Dataset section start

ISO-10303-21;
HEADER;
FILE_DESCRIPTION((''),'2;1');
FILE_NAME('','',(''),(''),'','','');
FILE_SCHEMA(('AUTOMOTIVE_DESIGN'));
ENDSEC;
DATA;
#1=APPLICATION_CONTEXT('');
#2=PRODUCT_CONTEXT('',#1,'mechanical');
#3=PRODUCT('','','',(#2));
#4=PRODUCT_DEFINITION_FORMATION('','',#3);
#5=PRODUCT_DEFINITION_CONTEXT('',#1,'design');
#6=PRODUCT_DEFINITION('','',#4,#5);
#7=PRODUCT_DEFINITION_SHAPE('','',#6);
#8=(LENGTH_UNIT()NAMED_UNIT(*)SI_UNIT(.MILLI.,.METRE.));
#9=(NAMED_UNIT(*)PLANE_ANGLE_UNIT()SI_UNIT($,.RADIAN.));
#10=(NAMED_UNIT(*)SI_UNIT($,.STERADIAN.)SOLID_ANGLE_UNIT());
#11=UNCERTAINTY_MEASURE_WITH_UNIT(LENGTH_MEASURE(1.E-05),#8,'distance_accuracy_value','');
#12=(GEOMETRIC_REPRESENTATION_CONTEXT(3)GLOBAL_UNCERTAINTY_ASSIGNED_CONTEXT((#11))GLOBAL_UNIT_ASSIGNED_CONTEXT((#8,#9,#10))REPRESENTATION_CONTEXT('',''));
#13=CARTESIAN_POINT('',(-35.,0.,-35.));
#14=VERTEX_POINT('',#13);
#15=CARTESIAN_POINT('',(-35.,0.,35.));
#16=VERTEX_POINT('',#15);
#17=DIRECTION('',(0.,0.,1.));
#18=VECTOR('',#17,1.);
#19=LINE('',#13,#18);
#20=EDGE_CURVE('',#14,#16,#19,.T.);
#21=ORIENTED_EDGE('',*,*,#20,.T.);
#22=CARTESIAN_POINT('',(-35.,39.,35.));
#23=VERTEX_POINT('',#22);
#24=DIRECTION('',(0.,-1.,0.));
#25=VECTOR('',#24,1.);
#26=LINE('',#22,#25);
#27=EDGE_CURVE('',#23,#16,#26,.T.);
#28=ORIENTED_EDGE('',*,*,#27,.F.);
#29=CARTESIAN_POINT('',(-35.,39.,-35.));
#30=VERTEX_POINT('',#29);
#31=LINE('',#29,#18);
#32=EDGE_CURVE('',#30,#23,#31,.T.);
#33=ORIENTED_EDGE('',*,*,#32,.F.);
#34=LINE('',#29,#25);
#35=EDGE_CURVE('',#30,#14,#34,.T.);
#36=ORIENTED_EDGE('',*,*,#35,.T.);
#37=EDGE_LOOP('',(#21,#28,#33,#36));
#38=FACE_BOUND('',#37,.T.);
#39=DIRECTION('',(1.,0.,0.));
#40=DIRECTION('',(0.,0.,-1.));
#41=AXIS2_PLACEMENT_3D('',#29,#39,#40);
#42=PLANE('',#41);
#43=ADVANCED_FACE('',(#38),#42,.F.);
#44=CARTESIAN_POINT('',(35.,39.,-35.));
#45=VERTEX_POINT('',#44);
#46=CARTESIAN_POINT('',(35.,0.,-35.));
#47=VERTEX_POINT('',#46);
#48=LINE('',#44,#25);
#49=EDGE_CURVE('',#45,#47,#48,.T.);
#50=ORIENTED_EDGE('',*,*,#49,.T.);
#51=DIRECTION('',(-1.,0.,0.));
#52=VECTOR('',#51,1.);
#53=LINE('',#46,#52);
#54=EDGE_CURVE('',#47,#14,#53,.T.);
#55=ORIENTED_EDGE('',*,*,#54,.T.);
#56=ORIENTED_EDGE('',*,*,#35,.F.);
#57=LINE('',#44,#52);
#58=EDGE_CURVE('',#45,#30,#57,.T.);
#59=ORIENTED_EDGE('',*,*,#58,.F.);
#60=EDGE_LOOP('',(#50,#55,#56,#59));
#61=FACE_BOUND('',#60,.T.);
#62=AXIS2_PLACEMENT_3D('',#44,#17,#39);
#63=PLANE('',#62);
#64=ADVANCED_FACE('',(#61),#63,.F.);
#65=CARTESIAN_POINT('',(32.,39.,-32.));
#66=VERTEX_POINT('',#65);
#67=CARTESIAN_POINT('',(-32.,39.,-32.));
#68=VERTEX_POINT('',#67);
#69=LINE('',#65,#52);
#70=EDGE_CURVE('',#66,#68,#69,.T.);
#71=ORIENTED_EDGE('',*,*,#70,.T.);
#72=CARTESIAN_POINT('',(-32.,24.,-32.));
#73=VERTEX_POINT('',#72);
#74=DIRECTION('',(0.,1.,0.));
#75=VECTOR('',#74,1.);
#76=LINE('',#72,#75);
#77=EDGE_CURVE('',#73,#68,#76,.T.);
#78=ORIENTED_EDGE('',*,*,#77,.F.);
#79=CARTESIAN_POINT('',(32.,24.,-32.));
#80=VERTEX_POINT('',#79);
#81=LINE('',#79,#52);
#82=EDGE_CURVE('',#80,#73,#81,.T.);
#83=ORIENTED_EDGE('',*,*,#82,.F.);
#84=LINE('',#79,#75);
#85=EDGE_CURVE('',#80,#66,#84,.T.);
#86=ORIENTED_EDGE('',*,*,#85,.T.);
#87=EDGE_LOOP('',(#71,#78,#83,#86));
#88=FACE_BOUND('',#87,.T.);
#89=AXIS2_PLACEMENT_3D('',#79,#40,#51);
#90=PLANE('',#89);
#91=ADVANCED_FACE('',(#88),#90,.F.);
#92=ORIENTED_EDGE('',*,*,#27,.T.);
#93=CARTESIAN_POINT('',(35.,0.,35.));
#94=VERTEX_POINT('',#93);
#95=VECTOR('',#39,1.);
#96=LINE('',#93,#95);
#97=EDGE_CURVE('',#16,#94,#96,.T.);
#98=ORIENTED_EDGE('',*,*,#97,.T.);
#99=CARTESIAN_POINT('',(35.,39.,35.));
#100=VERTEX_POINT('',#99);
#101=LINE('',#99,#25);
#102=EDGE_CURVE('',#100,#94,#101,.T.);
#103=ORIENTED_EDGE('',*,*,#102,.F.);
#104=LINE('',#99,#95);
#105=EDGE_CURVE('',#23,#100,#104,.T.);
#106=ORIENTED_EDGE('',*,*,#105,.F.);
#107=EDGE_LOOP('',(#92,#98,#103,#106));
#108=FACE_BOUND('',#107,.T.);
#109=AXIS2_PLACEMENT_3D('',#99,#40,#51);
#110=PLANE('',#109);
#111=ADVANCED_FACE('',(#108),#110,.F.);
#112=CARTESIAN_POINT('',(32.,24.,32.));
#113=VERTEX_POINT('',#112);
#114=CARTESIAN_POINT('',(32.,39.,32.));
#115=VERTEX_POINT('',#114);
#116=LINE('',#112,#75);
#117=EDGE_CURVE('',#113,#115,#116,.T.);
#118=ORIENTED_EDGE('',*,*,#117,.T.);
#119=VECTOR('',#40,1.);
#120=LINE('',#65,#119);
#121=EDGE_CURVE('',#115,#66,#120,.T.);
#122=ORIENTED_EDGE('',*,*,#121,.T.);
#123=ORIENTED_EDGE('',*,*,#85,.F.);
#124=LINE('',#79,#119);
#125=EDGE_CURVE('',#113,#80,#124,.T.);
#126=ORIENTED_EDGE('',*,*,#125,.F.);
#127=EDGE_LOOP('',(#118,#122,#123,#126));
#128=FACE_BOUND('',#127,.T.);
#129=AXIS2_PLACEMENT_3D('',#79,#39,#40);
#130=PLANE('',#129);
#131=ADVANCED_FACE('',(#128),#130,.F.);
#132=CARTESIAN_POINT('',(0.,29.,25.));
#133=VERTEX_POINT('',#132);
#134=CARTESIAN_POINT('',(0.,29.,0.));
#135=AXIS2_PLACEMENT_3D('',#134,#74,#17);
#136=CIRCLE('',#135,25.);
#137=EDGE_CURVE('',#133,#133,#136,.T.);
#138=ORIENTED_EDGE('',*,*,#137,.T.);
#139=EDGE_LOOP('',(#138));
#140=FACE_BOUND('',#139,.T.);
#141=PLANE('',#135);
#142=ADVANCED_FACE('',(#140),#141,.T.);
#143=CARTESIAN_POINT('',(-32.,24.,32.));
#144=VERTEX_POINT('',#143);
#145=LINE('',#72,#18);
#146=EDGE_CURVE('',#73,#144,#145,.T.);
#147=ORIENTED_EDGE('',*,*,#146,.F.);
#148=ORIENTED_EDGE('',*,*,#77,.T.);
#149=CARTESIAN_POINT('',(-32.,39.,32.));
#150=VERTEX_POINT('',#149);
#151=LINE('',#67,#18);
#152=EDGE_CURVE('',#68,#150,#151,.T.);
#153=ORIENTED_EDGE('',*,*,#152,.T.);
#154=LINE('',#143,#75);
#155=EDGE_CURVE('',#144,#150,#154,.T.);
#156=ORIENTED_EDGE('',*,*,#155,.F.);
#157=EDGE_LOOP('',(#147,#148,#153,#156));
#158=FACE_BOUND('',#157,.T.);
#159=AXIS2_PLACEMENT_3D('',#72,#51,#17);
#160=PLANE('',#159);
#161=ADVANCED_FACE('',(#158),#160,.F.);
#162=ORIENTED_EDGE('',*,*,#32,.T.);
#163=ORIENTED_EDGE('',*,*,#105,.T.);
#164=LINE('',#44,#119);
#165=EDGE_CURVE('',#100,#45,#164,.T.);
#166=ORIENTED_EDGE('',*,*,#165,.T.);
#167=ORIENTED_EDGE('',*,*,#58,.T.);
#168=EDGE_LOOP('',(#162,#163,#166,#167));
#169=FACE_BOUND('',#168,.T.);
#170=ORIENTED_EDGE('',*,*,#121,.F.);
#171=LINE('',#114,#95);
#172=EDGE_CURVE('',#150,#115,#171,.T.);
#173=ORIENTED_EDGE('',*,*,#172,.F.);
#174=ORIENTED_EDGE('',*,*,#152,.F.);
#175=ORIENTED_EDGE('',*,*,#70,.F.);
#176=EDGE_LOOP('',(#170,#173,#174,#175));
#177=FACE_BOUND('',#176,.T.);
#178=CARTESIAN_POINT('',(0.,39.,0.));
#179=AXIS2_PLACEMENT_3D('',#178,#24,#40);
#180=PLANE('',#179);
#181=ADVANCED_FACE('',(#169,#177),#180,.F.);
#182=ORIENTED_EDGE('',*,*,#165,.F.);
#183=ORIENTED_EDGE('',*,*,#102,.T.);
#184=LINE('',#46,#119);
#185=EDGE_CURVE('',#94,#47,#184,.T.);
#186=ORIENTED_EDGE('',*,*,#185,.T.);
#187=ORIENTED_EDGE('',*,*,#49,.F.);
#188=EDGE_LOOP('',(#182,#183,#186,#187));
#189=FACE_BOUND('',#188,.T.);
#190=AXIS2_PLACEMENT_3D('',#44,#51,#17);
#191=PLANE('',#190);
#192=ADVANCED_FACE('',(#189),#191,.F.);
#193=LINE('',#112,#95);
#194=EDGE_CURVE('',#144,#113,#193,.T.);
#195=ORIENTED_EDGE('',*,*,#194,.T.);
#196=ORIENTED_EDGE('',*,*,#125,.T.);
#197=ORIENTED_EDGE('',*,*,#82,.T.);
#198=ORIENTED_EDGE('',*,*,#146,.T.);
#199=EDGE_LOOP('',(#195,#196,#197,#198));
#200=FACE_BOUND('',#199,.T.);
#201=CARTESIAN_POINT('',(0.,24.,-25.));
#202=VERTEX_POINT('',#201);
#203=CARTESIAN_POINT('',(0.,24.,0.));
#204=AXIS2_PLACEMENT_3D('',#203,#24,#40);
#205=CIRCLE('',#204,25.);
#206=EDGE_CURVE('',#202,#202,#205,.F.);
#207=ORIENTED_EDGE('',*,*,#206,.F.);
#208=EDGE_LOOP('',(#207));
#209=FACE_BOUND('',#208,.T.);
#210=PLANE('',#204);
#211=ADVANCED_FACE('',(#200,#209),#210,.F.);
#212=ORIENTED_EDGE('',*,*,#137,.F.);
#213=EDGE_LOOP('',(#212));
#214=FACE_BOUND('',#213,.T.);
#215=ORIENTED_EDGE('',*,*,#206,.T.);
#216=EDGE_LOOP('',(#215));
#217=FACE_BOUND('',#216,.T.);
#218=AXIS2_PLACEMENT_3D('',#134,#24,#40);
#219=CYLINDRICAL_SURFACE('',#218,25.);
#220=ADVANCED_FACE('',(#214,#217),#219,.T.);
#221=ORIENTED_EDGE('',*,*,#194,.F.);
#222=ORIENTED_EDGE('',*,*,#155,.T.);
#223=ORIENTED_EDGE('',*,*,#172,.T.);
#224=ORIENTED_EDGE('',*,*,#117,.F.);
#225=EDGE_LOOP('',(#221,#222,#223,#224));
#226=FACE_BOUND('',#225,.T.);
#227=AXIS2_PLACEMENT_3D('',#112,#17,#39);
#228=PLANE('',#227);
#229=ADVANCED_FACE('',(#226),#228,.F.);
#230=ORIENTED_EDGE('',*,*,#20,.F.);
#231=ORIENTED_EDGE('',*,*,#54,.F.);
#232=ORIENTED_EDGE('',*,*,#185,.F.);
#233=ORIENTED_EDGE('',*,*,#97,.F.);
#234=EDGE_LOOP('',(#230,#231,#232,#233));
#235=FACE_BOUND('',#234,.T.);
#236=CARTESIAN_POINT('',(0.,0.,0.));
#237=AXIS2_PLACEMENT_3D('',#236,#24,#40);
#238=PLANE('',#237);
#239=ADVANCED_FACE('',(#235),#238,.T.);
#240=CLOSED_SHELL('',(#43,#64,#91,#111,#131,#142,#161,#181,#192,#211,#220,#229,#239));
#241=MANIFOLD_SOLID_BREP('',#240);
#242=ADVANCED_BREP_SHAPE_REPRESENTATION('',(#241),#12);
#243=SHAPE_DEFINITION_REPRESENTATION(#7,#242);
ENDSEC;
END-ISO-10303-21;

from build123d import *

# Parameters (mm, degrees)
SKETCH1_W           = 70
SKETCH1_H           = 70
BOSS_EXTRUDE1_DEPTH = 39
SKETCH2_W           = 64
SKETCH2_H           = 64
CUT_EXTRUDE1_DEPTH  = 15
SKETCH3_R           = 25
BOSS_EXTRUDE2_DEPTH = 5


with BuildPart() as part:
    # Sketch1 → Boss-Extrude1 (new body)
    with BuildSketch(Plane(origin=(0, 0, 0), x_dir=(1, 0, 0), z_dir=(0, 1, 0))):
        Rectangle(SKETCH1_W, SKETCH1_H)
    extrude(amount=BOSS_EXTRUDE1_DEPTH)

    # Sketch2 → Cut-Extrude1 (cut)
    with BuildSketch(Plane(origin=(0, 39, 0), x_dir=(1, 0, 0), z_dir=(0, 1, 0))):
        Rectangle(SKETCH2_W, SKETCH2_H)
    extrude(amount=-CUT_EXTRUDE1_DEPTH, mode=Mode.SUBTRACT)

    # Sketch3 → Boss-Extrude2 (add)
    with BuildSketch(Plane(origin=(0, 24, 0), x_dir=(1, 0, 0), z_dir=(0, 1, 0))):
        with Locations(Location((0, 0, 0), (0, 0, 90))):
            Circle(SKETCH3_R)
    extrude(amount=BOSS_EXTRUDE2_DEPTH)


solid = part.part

Dataset section end
Dataset section start

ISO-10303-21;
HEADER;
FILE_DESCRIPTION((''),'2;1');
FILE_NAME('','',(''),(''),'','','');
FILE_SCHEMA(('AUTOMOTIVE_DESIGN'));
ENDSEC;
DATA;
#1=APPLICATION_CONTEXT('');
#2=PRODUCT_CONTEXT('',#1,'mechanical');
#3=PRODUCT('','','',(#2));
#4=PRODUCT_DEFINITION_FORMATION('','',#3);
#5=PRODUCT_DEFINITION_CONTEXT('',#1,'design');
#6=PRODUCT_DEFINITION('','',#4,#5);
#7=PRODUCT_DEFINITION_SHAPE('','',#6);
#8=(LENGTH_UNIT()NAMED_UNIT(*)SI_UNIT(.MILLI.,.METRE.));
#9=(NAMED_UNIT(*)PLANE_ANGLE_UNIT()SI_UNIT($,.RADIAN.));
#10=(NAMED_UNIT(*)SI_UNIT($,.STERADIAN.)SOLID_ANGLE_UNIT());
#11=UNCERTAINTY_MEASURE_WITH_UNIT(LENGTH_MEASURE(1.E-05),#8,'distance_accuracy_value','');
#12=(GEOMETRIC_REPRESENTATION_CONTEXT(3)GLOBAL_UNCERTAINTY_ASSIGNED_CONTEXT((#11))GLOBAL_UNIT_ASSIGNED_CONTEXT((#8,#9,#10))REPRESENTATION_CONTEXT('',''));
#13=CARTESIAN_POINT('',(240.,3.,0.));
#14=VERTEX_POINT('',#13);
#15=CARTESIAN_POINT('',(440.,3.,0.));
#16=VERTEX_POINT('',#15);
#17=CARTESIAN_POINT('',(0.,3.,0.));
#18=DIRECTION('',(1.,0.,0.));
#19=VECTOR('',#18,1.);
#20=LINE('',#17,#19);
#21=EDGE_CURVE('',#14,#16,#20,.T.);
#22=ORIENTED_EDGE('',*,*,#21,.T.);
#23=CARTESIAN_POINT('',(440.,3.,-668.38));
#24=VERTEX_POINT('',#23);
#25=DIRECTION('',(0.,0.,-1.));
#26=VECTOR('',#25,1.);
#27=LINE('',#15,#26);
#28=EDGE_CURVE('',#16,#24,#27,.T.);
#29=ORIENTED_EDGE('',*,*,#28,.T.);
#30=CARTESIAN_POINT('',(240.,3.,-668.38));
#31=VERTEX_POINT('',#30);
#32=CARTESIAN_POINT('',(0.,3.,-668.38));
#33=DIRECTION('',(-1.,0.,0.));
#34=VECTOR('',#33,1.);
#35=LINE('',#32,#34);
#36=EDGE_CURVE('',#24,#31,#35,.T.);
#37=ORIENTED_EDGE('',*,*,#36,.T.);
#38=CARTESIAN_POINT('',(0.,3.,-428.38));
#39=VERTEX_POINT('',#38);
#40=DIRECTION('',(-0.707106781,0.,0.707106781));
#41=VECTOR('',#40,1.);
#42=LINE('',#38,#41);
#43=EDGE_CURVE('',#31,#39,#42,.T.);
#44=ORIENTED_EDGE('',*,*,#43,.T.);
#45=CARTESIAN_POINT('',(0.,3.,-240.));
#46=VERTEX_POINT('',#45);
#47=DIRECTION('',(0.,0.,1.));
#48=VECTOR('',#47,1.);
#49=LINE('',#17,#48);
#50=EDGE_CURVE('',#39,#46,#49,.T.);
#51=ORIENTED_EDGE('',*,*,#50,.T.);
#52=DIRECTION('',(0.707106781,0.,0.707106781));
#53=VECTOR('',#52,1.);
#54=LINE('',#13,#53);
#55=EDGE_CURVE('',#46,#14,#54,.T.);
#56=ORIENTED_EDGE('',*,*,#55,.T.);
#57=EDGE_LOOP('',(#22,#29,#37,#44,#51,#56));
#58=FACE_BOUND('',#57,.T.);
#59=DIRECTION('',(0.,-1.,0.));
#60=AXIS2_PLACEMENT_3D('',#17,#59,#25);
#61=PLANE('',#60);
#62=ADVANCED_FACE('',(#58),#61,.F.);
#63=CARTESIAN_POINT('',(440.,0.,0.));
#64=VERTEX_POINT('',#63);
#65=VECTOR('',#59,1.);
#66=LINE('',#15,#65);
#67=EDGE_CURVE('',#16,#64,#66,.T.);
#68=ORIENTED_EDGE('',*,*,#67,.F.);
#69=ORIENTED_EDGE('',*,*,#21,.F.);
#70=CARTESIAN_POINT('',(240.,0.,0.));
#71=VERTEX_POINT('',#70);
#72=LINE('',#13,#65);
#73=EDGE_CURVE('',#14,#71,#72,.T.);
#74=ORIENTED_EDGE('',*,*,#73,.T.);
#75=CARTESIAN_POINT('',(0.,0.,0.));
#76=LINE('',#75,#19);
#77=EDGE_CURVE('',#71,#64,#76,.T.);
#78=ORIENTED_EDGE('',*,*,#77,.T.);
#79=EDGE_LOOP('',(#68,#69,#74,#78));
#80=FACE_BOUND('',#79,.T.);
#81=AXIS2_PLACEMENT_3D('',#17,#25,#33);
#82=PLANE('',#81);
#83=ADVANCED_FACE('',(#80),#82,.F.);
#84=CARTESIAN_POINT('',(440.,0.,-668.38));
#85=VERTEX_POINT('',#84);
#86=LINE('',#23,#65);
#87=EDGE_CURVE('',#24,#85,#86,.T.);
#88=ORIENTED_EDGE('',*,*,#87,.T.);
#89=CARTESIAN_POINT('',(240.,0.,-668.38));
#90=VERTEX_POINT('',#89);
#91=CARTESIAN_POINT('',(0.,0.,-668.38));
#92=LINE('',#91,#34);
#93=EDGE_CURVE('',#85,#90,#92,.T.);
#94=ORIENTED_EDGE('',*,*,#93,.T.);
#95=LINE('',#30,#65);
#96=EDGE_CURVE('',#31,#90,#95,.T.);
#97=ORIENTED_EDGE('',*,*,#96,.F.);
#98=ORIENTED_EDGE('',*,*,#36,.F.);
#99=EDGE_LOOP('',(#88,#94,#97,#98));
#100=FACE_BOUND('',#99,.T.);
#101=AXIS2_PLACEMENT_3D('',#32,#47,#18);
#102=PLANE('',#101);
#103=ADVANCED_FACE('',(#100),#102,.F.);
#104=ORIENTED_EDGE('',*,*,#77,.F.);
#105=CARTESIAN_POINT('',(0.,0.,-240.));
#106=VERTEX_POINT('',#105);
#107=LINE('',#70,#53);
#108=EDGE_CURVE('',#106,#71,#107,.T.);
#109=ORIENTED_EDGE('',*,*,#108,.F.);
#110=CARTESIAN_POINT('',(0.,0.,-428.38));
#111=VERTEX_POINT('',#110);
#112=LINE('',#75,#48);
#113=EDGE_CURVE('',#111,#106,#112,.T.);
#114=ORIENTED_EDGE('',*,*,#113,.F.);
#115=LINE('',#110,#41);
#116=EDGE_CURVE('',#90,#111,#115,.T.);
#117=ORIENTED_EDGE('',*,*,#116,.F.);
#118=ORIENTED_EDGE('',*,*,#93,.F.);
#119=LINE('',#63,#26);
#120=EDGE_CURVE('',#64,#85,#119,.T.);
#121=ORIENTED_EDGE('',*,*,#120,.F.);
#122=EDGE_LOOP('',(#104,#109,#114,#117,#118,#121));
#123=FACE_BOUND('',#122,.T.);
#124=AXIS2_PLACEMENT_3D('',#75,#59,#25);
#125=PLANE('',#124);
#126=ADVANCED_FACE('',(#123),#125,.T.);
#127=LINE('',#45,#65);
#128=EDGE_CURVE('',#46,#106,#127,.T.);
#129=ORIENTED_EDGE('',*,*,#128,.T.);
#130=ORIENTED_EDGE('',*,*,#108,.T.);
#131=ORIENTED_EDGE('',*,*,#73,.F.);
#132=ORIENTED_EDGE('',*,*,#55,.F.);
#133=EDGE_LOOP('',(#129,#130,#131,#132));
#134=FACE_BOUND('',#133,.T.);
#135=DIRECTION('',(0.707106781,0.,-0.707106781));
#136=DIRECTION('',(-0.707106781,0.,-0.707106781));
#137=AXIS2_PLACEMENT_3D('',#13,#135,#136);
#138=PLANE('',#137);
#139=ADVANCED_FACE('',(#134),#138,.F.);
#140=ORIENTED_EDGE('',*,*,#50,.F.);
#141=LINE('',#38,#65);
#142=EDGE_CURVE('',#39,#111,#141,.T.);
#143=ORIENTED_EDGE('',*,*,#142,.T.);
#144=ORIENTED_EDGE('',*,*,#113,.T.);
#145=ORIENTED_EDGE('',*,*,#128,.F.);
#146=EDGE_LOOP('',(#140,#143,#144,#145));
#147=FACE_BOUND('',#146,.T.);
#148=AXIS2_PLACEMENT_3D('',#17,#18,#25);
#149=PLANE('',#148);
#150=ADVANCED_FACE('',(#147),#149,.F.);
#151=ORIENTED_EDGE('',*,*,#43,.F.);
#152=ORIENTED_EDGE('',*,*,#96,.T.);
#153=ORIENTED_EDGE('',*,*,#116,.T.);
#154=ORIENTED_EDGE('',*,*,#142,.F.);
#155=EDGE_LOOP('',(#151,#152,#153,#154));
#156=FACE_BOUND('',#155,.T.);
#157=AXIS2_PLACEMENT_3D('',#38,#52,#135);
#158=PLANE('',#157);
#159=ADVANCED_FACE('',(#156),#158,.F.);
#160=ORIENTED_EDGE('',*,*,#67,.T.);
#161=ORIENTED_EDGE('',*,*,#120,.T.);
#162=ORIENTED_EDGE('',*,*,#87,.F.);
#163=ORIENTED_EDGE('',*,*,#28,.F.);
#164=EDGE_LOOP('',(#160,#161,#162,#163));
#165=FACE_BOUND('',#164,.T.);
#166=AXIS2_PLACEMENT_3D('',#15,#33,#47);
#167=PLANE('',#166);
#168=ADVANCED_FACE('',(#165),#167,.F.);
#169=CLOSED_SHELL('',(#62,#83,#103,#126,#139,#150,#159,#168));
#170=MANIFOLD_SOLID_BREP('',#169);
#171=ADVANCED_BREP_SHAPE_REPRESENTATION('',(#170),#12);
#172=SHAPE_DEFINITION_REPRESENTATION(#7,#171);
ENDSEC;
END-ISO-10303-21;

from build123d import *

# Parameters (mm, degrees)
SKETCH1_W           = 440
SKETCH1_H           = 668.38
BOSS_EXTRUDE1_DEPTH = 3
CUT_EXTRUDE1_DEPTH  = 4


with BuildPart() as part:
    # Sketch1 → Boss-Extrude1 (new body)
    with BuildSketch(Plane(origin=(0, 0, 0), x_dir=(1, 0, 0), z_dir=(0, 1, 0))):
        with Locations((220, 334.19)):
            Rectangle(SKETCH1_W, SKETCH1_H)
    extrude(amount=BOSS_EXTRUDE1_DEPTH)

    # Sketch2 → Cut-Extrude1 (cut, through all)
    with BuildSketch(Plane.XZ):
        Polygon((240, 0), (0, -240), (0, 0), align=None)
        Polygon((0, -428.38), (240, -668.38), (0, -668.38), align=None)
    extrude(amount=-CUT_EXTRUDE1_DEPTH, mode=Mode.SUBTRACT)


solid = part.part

Dataset section end

▶ _Exercise requirements_
Please return only the lines above, starting at the line that has "#150=VERTEX_POINT('',#149);" and ending at the line that has "#166=ORIENTED_EDGE('',*,*,#165,.T.);", keeping both and leaving each one unchanged.

▶ _Solved problem_
#150=VERTEX_POINT('',#149);
#151=LINE('',#67,#18);
#152=EDGE_CURVE('',#68,#150,#151,.T.);
#153=ORIENTED_EDGE('',*,*,#152,.T.);
#154=LINE('',#143,#75);
#155=EDGE_CURVE('',#144,#150,#154,.T.);
#156=ORIENTED_EDGE('',*,*,#155,.F.);
#157=EDGE_LOOP('',(#147,#148,#153,#156));
#158=FACE_BOUND('',#157,.T.);
#159=AXIS2_PLACEMENT_3D('',#72,#51,#17);
#160=PLANE('',#159);
#161=ADVANCED_FACE('',(#158),#160,.F.);
#162=ORIENTED_EDGE('',*,*,#32,.T.);
#163=ORIENTED_EDGE('',*,*,#105,.T.);
#164=LINE('',#44,#119);
#165=EDGE_CURVE('',#100,#45,#164,.T.);
#166=ORIENTED_EDGE('',*,*,#165,.T.);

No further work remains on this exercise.